The Link between Dopamine Detox, Focus, and Attention Span

Picture this.


You're at your desk. You've read my blog post on creating a comfortable space for revision and you've done everything that I recommended in that post.

confident student
"I've got this."

You happily start your revision. You successfully complete a Pomodoro cycle. So as a reward, you reach towards your phone and open TikTok. You think to yourself, "Okay, I'll just scroll through Vantage Tutor's TikTok account to look for the next prelim paper to do on my next Pomodoro cycle."

You then decide to go back to your For You page. You scroll, and you scroll, and you scroll...


Before you know it, half an hour has gone by. You feel extremely guilty because you could have done another Pomodoro cycle, but now you've wasted 30 minutes.


Sounds like a familiar scenario? Then perhaps it is time for a dopamine detox to help you fix your ability to focus and your attention span.


Dopamine's the freakin' dope man!

What is dopamine, you might ask?


Dopamine is a neurotransmitter that has a pivotal role in how we feel pleasure, satisfaction, and motivation. In the above scenario, your brain received a good dopamine hit after you completed the first Pomodoro cycle. That explains the feelings of accomplishment. Then while you were scrolling TikTok, you too received dopamine hits, and this time the impact is more consistent. Each funny cat video you see makes you feel good, and that subtly nudges you to keep scrolling. Because your brain now craves for the next funny cat video, and the next, and the next... for the same, repeated dopamine hits.


The cat's also getting his dopamine hits.


In short, dopamine is released in your body whenever your brain looks forward to something that is potentially "rewarding".


Is dopamine harmful then?

In general, dopamine is essential for our survival. It acts as the mechanism that motivates you to keep doing things that are necessary, for instance, to eat.

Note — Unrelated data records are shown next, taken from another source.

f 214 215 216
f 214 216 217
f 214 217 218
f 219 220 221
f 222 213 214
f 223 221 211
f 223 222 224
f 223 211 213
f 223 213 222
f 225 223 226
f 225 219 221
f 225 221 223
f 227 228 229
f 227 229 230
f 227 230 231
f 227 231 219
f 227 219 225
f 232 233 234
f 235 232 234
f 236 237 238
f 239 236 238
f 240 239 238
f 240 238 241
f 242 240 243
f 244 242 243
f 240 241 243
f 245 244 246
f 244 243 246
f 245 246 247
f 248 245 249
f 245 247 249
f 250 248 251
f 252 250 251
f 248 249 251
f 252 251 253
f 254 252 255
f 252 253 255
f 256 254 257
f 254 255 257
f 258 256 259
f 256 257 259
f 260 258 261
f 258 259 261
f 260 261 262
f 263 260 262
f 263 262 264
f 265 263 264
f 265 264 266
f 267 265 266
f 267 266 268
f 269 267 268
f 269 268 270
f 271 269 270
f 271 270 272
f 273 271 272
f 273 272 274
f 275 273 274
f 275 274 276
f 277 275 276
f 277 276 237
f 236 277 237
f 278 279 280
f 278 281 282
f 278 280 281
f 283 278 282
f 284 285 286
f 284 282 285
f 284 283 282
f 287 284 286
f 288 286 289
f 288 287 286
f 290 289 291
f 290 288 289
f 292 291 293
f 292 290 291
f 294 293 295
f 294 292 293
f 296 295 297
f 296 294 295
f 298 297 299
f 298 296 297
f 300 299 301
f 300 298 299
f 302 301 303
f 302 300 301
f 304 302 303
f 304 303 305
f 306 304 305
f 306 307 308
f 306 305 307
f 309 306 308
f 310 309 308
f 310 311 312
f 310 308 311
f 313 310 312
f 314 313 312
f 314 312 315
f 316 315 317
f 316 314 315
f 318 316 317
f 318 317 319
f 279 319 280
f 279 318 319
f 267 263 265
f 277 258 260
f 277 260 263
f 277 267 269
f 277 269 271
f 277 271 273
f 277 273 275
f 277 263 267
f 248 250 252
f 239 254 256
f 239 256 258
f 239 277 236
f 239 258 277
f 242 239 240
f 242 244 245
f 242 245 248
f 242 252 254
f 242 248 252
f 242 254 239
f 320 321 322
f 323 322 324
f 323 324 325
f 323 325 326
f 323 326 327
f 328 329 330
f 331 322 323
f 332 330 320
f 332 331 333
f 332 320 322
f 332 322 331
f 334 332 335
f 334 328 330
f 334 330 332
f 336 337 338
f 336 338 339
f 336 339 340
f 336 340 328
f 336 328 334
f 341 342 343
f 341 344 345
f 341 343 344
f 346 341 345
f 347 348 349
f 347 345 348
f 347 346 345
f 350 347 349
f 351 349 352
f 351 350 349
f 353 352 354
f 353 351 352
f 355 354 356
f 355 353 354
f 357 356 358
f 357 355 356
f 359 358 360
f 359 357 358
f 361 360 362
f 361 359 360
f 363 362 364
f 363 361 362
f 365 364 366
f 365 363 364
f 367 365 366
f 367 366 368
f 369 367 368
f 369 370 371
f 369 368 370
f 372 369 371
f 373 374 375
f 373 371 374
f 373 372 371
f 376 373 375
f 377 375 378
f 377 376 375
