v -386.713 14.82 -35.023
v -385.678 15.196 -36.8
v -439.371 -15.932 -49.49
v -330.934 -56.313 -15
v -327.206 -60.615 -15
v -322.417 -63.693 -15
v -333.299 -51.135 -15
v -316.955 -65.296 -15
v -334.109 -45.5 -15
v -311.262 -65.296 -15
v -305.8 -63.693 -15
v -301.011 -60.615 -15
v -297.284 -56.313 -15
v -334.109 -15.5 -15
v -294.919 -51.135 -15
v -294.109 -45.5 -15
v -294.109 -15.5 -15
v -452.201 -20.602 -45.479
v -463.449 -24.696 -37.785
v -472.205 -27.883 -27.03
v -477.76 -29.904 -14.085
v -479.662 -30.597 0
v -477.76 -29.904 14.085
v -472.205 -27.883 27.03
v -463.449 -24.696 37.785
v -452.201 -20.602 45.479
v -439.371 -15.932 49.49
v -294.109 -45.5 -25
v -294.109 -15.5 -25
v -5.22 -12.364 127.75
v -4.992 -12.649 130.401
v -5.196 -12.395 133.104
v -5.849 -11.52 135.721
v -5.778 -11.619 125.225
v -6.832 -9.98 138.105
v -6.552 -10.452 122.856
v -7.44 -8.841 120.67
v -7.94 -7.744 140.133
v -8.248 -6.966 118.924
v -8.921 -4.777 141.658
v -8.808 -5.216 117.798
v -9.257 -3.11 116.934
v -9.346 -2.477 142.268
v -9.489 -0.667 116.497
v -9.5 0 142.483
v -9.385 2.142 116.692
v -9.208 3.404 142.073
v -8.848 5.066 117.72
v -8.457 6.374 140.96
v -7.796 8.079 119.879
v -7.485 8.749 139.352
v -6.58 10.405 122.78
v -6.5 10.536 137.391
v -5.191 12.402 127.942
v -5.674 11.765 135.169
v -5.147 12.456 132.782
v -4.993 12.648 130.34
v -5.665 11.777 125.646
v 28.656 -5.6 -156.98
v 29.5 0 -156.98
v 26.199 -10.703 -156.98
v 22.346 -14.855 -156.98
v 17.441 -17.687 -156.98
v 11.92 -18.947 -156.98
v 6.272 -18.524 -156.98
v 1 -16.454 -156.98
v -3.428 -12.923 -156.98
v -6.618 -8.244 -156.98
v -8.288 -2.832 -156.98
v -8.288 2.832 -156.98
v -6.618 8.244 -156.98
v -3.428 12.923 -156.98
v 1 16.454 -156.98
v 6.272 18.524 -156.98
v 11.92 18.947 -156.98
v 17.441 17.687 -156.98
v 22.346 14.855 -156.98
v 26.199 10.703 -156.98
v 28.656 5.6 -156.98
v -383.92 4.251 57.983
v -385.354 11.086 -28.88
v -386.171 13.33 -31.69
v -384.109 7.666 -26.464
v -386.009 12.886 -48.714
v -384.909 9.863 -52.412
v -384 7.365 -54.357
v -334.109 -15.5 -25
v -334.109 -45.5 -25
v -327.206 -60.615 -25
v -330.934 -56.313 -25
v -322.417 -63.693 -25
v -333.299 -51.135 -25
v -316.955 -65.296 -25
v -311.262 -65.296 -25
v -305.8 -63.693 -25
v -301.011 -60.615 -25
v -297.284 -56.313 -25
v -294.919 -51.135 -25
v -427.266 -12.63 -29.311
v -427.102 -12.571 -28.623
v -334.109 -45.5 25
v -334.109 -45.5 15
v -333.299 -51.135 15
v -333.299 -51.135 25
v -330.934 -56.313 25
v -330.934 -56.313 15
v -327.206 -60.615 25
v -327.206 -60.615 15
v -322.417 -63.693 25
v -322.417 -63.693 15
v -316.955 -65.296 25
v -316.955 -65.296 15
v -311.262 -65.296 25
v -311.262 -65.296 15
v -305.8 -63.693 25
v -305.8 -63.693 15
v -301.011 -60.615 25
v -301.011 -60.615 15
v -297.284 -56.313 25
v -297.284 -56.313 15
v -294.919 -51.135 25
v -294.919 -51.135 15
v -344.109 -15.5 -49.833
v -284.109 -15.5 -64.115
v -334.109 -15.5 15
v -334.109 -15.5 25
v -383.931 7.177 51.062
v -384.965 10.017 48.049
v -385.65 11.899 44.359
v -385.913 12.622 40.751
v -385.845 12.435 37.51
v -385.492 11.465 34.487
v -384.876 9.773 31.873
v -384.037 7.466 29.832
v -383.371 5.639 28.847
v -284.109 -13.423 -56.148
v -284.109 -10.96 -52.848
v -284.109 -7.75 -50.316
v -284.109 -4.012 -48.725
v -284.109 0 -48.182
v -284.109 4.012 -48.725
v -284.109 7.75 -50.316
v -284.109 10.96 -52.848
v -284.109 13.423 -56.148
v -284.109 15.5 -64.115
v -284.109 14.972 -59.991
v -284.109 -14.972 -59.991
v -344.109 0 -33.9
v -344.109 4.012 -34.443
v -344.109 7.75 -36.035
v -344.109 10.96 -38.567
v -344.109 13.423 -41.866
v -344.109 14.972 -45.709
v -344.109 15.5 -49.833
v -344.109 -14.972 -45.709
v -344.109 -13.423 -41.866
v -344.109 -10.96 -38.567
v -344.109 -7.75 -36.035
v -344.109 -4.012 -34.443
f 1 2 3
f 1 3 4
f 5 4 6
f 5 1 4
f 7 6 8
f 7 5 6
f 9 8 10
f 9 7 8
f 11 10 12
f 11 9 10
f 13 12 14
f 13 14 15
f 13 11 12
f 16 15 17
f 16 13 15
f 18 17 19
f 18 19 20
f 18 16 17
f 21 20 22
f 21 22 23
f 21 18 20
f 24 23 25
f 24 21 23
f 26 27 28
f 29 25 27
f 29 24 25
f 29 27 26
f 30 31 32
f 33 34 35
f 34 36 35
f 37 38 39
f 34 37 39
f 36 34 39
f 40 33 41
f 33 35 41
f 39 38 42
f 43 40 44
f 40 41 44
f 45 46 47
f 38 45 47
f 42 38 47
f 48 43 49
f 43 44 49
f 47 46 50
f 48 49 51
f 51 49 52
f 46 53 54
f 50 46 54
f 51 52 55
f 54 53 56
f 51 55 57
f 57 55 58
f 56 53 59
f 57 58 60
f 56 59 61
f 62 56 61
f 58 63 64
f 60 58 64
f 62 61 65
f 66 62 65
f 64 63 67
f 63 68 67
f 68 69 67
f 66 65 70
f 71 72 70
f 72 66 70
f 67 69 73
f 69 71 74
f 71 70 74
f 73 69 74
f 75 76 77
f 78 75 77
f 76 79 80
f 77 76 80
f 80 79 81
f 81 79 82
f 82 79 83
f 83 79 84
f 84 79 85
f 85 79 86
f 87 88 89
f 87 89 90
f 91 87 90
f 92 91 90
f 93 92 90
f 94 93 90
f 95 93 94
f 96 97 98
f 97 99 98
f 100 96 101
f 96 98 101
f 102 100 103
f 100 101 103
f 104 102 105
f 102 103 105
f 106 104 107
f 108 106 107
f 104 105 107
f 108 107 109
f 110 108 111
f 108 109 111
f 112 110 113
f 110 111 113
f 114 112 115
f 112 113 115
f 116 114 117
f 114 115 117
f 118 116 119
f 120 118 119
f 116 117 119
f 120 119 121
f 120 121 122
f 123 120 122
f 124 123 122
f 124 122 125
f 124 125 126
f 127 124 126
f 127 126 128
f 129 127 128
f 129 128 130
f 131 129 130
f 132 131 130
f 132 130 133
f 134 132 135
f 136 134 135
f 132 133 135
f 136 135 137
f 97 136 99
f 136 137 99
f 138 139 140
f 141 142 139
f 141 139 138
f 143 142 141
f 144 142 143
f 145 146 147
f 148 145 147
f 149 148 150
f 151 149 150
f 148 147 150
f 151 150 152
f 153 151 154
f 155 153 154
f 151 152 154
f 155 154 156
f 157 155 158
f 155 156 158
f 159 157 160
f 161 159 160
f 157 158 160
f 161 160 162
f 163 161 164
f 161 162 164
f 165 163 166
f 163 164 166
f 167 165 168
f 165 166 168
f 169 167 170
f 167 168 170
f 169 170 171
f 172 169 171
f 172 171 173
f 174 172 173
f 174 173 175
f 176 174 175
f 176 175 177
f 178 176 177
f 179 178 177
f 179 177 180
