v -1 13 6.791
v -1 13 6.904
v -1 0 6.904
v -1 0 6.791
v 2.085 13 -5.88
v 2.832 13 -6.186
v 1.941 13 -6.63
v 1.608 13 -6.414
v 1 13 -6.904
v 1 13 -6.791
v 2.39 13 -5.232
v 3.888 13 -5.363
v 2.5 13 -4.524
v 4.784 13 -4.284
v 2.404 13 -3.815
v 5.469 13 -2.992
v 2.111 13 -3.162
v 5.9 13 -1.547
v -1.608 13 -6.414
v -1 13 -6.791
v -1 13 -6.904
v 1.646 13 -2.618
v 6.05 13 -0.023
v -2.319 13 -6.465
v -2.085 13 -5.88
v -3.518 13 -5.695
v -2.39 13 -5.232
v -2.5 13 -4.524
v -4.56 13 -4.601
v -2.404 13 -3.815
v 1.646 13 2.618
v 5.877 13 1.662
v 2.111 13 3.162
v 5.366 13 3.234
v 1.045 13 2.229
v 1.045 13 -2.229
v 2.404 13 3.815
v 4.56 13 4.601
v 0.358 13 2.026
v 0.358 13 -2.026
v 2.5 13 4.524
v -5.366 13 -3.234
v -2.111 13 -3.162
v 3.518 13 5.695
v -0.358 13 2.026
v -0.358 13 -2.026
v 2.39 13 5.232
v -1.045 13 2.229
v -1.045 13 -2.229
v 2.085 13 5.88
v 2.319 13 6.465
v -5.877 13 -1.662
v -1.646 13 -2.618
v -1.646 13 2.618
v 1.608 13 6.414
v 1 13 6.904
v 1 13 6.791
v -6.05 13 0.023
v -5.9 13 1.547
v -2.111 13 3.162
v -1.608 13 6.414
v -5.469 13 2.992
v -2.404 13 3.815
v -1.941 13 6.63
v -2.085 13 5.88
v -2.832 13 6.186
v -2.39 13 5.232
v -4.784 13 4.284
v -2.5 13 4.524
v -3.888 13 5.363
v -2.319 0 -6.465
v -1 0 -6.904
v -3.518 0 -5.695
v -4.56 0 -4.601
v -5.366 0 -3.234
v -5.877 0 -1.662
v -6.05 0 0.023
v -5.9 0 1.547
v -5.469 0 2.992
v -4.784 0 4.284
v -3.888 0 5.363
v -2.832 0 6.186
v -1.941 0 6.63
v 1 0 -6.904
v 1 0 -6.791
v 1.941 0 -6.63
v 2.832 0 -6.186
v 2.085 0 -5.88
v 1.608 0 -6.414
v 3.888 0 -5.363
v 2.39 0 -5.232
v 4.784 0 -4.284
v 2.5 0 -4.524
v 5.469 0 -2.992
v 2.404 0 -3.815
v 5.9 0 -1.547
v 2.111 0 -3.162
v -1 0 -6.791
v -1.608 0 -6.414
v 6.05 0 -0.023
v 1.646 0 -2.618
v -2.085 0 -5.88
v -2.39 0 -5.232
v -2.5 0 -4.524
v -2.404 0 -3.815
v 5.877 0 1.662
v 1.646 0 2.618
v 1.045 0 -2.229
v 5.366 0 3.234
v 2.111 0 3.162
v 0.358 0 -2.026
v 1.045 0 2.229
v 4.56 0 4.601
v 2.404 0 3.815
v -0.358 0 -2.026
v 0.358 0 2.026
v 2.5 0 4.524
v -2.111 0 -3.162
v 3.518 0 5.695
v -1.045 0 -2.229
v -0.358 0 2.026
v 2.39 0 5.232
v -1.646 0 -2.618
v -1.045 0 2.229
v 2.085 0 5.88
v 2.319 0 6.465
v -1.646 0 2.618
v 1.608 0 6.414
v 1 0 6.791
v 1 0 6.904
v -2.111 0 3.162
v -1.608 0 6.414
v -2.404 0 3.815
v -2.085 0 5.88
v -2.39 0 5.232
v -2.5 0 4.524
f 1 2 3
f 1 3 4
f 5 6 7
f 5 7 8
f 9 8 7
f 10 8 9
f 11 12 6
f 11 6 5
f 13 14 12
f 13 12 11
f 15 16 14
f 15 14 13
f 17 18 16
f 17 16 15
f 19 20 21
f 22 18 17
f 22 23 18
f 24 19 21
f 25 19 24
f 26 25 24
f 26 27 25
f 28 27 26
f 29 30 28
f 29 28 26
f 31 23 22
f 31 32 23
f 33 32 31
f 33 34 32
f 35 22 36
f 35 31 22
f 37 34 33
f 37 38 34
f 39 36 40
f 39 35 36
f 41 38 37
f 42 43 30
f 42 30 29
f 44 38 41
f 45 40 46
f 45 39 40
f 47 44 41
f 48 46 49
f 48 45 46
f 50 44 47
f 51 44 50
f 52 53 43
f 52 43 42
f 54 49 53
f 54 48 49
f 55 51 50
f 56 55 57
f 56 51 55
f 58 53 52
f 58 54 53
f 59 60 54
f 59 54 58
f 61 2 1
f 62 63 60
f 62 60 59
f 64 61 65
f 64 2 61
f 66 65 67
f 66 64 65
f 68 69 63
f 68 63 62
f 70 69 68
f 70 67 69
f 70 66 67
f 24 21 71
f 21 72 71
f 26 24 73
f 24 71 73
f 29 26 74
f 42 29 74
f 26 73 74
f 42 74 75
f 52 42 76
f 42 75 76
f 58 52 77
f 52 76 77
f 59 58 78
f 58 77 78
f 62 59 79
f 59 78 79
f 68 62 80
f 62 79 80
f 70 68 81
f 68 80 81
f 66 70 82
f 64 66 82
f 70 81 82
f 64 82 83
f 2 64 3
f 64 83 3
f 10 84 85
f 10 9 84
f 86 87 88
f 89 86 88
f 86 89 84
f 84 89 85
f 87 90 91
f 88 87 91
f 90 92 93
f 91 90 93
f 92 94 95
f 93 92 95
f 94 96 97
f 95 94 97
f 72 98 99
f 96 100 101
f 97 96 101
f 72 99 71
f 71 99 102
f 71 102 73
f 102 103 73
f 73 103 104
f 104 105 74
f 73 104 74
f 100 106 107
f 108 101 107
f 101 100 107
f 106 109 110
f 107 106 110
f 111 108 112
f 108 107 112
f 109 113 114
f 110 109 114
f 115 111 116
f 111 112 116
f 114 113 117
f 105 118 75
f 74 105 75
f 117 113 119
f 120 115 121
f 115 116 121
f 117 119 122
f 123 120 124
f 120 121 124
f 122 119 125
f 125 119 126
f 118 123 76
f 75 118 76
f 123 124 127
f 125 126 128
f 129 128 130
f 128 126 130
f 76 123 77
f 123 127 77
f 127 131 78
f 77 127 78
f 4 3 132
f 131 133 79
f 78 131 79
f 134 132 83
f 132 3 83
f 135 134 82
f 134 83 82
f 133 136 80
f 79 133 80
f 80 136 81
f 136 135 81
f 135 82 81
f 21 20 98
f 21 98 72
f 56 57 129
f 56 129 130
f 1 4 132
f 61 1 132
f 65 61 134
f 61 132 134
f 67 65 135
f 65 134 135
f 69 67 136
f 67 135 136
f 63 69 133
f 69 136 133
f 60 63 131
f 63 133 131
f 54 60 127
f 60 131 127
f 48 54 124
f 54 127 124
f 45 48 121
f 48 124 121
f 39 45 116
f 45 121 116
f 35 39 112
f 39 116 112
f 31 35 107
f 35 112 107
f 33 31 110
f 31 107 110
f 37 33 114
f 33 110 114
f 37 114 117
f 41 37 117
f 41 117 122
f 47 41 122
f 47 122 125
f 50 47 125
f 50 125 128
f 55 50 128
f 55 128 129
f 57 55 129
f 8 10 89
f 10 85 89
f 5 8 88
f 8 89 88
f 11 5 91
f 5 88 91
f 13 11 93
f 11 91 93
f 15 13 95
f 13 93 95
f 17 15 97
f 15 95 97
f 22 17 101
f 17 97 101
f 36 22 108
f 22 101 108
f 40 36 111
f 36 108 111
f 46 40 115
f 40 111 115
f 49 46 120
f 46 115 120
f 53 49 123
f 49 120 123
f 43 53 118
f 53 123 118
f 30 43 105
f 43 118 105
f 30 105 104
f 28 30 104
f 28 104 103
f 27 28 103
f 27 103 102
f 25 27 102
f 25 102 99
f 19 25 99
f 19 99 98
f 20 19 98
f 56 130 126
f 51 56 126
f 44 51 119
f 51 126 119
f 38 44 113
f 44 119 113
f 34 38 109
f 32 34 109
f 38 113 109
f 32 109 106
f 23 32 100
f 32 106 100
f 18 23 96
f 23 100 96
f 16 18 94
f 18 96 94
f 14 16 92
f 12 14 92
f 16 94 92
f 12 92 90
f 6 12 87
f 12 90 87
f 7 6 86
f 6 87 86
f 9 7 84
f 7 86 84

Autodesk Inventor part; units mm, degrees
ref_plane "YZ Plane" through (0, 0, 0) normal (1, 0, 0) x (0, 1, 0)
ref_plane "XZ Plane" through (0, 0, 0) normal (0, 1, 0) x (-1, 0, 0)
ref_plane "XY Plane" through (0, 0, 0) normal (0, 0, 1) x (1, 0, 0)
sketch "Boceto1" plane through (0, 0, 0) normal (0, 1, 0) x (-1, 0, 0)
  ellipse E0 centre (0, 0) end of major axis (0, 7) minor radius 6.05
  circle A0 centre (0, -4.5) radius 2.5
  circle A1 centre (0, 4.5) radius 2.5
  point P0 (0, 7)
  point P1 (0, -7)
  dimension "d0" = 7
  dimension "d1" = 6.05
  dimension "d6" = 5
  dimension "d7" = 5
extrude "Extrusión1" add sketch "Boceto1" along normal blind 13
sketch "Boceto2" plane through (0, 13, 4.5) normal (0, 1, 0) x (1, 0, 0)
  line L0 (-1, -2) -> (1, -2)
  line L1 (1, -2) -> (1, -4)
  line L2 (1, -4) -> (-1, -4)
  line L3 (-1, -4) -> (-1, -2)
  circle A0 centre (0, 0) radius 2.5 projected
  point P0 (0, 4.5)
  point P1 (0, -2.5)
  dimension "d8" = 2
  dimension "d9" = 1
  dimension "d11" = 2
  dimension "d12" = 2
extrude "Extrusión2" cut sketch "Boceto2" against normal blind 13 contours L0 L1 A0 L3 | A0 L1 L2 L3 picked at (0, -2.1667)
sketch "Boceto4" plane through (0, 13, 0) normal (0, 1, 0) x (1, 0, 0)
  line L0 (-1, 8) -> (1, 8)
  line L1 (1, 8) -> (1, 4.3137)
  line L2 (1, 4.3137) -> (-1, 4.3137)
  line L3 (-1, 4.3137) -> (-1, 8)
  point P0 (0, 0)
  dimension "d15" = 2
  dimension "d16" = 4.3137
  dimension "d17" = 8
  dimension "d18" = 1
extrude "Extrusión3" cut sketch "Boceto4" against normal blind 13
equation "\"d7\" = d6"
equation "\"d9\" = 0.5 * d12"
equation "\"d18\" = 0.5 * d15"
properties part number "Relleno_chumacera" material "Plástico PC/ABS"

Unfortunately, in this modern digital age, our dopamine systems have been hijacked as we are surrounded by stimuli (yes, this includes the cat videos). As with anything else in life, too much of something is always not ideal. A consistent, elevated level of dopamine causes our brains to stop motivating us to do things that provide delayed, long lasting satisfaction, like your revision. It doesn't even help that things that give us excessive dopamine hits are so accessible.


How can I fix this?

I got you.


One thing you can consider doing, is a dopamine detox, created by psychologist Dr Cameron Sepah.


The concept is simple. Instead of doing activities that stimulate you (like scrolling on your phone), do something else that is more healthy and productive, like just standing up and getting outside your house for fresh air.


By doing so, you are removing yourself from a situation where your brain gets consistent dopamine hits. Over time, the more "boring" activities will become more favourable to you because your brain can now have its chance to seek dopamine hits from activities that provide delayed dopamine hits.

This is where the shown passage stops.